(Dataset entries)
════════════════

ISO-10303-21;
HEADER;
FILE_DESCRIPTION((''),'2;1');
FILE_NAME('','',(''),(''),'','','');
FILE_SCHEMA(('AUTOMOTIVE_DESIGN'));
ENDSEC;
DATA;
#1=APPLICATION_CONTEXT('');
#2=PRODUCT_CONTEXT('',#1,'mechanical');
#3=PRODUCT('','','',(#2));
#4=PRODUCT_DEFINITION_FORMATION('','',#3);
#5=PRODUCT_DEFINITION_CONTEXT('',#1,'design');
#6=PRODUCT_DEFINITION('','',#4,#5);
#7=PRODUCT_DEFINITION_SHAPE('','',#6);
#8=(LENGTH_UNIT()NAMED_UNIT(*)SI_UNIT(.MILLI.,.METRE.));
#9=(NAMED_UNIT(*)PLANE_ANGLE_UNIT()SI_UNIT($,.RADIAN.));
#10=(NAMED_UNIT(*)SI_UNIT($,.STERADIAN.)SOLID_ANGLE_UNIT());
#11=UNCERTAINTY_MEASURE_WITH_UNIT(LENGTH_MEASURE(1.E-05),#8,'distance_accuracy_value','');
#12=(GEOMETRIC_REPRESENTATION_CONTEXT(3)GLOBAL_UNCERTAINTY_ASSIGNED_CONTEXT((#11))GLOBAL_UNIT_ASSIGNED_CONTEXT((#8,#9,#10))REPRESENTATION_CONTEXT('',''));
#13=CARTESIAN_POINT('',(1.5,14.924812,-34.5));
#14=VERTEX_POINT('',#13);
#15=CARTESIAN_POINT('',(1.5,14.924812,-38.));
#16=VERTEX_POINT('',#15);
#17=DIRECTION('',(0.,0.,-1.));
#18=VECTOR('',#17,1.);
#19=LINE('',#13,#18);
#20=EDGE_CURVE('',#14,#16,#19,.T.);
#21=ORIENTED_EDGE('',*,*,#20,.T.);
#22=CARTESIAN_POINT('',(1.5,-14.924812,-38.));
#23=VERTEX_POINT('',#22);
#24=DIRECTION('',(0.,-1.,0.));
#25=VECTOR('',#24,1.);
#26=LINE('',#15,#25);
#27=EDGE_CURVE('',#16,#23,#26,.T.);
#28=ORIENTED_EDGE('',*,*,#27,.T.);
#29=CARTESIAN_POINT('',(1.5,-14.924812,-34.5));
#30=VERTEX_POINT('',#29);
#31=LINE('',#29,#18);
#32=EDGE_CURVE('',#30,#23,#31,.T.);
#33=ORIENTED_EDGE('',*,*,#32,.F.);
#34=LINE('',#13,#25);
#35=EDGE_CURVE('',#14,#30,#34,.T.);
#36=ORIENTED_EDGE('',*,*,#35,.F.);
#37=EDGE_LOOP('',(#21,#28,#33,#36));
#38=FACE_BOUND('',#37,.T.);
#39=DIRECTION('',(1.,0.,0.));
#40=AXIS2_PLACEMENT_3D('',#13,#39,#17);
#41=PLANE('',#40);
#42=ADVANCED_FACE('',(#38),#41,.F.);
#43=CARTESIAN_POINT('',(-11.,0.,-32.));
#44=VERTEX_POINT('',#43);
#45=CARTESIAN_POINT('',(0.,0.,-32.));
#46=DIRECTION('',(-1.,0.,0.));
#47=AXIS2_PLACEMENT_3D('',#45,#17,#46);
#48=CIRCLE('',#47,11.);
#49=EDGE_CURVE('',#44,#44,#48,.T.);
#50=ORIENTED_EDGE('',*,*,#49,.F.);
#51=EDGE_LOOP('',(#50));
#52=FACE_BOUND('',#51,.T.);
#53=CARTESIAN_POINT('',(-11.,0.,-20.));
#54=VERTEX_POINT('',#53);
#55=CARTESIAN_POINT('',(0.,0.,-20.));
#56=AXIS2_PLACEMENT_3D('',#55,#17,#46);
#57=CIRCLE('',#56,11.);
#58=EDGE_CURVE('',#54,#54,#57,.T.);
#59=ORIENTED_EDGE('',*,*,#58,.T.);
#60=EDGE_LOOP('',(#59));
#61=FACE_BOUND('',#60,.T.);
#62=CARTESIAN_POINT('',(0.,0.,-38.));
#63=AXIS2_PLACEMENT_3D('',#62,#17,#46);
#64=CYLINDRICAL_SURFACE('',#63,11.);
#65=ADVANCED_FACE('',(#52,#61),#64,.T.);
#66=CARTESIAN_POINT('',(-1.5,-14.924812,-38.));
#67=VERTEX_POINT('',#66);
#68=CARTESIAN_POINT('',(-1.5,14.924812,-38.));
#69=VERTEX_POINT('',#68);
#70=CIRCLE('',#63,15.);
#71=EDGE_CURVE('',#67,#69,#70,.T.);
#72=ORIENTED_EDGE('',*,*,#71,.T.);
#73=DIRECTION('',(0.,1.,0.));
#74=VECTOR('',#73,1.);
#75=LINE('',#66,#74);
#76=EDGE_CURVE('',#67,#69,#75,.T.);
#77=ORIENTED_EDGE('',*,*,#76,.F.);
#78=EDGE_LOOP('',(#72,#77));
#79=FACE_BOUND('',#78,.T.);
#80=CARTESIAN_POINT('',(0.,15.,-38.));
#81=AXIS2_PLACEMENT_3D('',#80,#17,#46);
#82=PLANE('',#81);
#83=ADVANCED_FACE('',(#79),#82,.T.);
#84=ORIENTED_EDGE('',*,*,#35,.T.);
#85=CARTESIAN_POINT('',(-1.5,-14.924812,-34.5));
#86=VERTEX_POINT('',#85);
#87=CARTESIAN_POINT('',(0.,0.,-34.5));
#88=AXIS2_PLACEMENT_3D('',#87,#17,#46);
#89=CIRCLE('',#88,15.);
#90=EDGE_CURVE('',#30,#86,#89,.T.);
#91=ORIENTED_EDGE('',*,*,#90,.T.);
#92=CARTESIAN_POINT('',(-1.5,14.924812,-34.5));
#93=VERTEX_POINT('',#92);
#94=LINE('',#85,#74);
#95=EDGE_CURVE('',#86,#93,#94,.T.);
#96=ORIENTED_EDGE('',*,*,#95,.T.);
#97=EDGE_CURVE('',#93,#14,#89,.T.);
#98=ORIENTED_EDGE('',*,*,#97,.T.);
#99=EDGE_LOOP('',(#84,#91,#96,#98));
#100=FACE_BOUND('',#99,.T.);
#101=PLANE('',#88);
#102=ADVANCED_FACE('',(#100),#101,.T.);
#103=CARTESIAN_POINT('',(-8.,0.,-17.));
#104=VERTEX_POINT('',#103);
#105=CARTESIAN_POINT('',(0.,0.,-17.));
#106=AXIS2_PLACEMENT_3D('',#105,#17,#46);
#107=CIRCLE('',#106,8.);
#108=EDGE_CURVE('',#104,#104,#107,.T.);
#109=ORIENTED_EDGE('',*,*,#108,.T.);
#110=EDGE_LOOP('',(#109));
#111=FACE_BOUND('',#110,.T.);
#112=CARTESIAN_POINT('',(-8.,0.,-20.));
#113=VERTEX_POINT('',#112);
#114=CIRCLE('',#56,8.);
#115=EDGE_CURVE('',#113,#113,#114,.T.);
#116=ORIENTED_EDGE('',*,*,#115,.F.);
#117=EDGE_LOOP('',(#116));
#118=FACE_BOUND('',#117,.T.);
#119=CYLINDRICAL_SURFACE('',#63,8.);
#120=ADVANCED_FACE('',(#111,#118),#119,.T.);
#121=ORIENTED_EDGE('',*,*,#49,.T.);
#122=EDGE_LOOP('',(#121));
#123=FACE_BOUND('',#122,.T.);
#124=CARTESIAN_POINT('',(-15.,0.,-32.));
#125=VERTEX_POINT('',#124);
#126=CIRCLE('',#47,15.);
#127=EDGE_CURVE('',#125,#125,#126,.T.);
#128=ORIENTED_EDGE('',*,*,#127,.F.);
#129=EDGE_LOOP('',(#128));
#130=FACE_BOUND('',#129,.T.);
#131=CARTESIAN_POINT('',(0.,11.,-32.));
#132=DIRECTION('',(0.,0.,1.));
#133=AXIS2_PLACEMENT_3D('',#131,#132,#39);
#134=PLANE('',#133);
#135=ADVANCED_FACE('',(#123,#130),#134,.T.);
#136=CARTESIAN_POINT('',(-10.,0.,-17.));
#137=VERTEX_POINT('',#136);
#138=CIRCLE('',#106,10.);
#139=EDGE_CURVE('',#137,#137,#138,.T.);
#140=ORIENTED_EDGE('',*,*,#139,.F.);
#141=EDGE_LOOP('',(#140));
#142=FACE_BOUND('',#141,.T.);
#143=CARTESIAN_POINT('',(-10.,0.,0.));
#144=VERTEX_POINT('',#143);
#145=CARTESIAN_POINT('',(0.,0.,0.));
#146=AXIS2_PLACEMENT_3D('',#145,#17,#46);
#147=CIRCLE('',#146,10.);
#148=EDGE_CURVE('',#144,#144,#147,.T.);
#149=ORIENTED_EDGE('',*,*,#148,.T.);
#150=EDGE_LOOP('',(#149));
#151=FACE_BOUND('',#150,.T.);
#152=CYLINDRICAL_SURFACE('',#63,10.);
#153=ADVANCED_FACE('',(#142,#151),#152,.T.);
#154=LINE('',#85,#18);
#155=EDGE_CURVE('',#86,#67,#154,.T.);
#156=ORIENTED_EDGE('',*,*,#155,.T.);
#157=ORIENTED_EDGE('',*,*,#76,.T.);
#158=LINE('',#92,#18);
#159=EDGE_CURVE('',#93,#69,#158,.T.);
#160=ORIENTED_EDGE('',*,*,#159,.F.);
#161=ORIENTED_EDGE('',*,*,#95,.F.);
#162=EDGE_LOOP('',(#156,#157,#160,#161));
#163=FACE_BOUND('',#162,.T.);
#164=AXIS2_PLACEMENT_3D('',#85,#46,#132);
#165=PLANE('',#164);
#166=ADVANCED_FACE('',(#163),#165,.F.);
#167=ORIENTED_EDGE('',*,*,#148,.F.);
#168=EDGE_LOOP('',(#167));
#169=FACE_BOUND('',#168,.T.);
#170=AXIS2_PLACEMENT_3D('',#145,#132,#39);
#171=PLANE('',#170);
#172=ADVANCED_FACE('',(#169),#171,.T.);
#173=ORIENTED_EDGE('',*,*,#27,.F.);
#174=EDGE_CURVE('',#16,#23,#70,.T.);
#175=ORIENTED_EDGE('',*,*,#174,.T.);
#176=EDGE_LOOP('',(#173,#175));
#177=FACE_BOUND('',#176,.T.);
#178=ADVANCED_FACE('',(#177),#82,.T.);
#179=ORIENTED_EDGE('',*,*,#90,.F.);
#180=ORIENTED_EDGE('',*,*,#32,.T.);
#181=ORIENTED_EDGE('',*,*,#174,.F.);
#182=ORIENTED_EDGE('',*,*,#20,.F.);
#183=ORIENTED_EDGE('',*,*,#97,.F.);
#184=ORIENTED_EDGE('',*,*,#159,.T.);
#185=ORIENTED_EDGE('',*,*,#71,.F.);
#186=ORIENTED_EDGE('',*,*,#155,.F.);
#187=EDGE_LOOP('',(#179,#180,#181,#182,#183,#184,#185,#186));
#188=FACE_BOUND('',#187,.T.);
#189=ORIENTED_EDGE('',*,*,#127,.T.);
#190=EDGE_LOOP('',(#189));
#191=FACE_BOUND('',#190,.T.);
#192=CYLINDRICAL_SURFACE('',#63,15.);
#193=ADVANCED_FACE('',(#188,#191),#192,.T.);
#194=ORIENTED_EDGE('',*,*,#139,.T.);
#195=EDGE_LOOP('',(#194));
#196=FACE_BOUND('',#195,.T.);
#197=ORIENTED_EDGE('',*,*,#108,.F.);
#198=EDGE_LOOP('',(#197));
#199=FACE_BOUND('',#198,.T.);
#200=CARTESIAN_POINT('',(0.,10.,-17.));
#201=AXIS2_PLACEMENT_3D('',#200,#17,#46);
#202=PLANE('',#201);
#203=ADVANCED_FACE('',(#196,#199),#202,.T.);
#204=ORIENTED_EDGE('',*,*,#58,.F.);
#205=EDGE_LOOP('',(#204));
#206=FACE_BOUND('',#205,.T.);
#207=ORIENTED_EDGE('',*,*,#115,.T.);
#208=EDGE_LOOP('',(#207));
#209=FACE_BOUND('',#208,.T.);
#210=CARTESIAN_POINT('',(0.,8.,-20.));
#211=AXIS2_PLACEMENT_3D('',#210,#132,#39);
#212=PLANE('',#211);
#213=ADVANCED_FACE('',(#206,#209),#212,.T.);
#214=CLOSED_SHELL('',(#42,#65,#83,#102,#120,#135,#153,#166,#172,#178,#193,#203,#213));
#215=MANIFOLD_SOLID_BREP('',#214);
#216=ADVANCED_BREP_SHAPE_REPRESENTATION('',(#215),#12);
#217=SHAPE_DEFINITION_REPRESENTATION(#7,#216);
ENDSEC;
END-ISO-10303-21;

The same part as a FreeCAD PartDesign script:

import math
import FreeCAD as App
import Part
import Sketcher

V = App.Vector
Q = App.Units.Quantity


def add_polygon(sketch, points):
    """Adds a closed chain of lines whose ends are joined by coincident constraints."""
    first, n = sketch.GeometryCount, len(points)
    for a, b in zip(points, points[1:] + points[:1]):
        sketch.addGeometry(Part.LineSegment(App.Vector(*a, 0), App.Vector(*b, 0)), False)
    for i in range(n):
        sketch.addConstraint(Sketcher.Constraint("Coincident", first + i, 2, first + (i + 1) % n, 1))

doc = App.newDocument("Part")
body = doc.addObject("PartDesign::Body", "Body")

# Sketch on YZ plane
sketch1 = body.newObject("Sketcher::SketchObject", "Sketch")
sketch1.AttachmentSupport = (doc.getObject("YZ_Plane"), [""])
sketch1.MapMode = "FlatFace"
add_polygon(sketch1, [(10, 0), (0, 0), (0, -38), (15, -38), (15, -32), (11, -32), (11, -20), (8, -20), (8, -17), (10, -17)])  # lines 0-9
sketch1.addConstraint([
    Sketcher.Constraint("Horizontal", 0),
    Sketcher.Constraint("Vertical", 1),
    Sketcher.Constraint("Horizontal", 2),
    Sketcher.Constraint("Vertical", 3),
    Sketcher.Constraint("Horizontal", 4),
    Sketcher.Constraint("Vertical", 5),
    Sketcher.Constraint("Horizontal", 6),
    Sketcher.Constraint("Vertical", 7),
    Sketcher.Constraint("Horizontal", 8),
    Sketcher.Constraint("Vertical", 9),
    Sketcher.Constraint("Coincident", 0, 2, -1, 1),
    Sketcher.Constraint("Equal", 6, 7),
    Sketcher.Constraint("DistanceX", 0, 2, 0, 1, Q("10 mm")),
    Sketcher.Constraint("DistanceX", 2, 1, 2, 2, Q("15 mm")),
    Sketcher.Constraint("DistanceX", 4, 2, 4, 1, Q("4 mm")),
    Sketcher.Constraint("DistanceX", 6, 2, 6, 1, Q("3 mm")),
    Sketcher.Constraint("DistanceY", 1, 2, 1, 1, Q("38 mm")),
    Sketcher.Constraint("DistanceY", 3, 1, 3, 2, Q("6 mm")),
    Sketcher.Constraint("DistanceY", 5, 1, 5, 2, Q("12 mm")),
])
revolution = body.newObject("PartDesign::Revolution", "Revolution")
revolution.Profile = sketch1
revolution.ReferenceAxis = (sketch1, ["V_Axis"])
revolution.Angle = 360

# Sketch on XY plane
sketch2 = body.newObject("Sketcher::SketchObject", "Sketch001")
sketch2.AttachmentSupport = (doc.getObject("XY_Plane"), [""])
sketch2.MapMode = "FlatFace"
sketch2.AttachmentOffset = App.Placement(V(0, 0, -38), App.Rotation())
sketch2.addGeometry([
    Part.LineSegment(V(1.5, 14.9, 0), V(1.5, -14.9, 0)),
    Part.ArcOfCircle(Part.Circle(V(0, 0, 0), V(0, 0, 1), 15), math.radians(-95.74), math.radians(-84.26)),
    Part.LineSegment(V(-1.5, -14.9, 0), V(-1.5, 14.9, 0)),
    Part.ArcOfCircle(Part.Circle(V(0, 0, 0), V(0, 0, 1), 15), math.radians(84.26), math.radians(95.74)),
], False)
sketch2.addConstraint([
    Sketcher.Constraint("Coincident", 0, 2, 1, 2),
    Sketcher.Constraint("Coincident", 1, 1, 2, 1),
    Sketcher.Constraint("Coincident", 2, 2, 3, 2),
    Sketcher.Constraint("Coincident", 3, 1, 0, 1),
    Sketcher.Constraint("Vertical", 0),
    Sketcher.Constraint("Vertical", 2),
    Sketcher.Constraint("Coincident", 1, 3, -1, 1),
    Sketcher.Constraint("Coincident", 3, 3, -1, 1),
    Sketcher.Constraint("Equal", 1, 3),
    Sketcher.Constraint("Horizontal", 0, 2, 1, 1),
    Sketcher.Constraint("Radius", 1, Q("15 mm")),
    Sketcher.Constraint("DistanceX", 1, 1, 0, 2, Q("3 mm")),
])
pocket1 = body.newObject("PartDesign::Pocket", "Pocket")
pocket1.Profile = sketch2
pocket1.Length = 3.5
pocket1.Reversed = True

doc.recompute()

════════════════

◆ Activity: Look above for the line with "#122=EDGE_LOOP('',(#121));" and the line with "#131=CARTESIAN_POINT('',(0.,11.,-32.));", and reproduce exactly those two lines plus every line between, nothing more.

◆ The answer:
#122=EDGE_LOOP('',(#121));
#123=FACE_BOUND('',#122,.T.);
#124=CARTESIAN_POINT('',(-15.,0.,-32.));
#125=VERTEX_POINT('',#124);
#126=CIRCLE('',#47,15.);
#127=EDGE_CURVE('',#125,#125,#126,.T.);
#128=ORIENTED_EDGE('',*,*,#127,.F.);
#129=EDGE_LOOP('',(#128));
#130=FACE_BOUND('',#129,.T.);
#131=CARTESIAN_POINT('',(0.,11.,-32.));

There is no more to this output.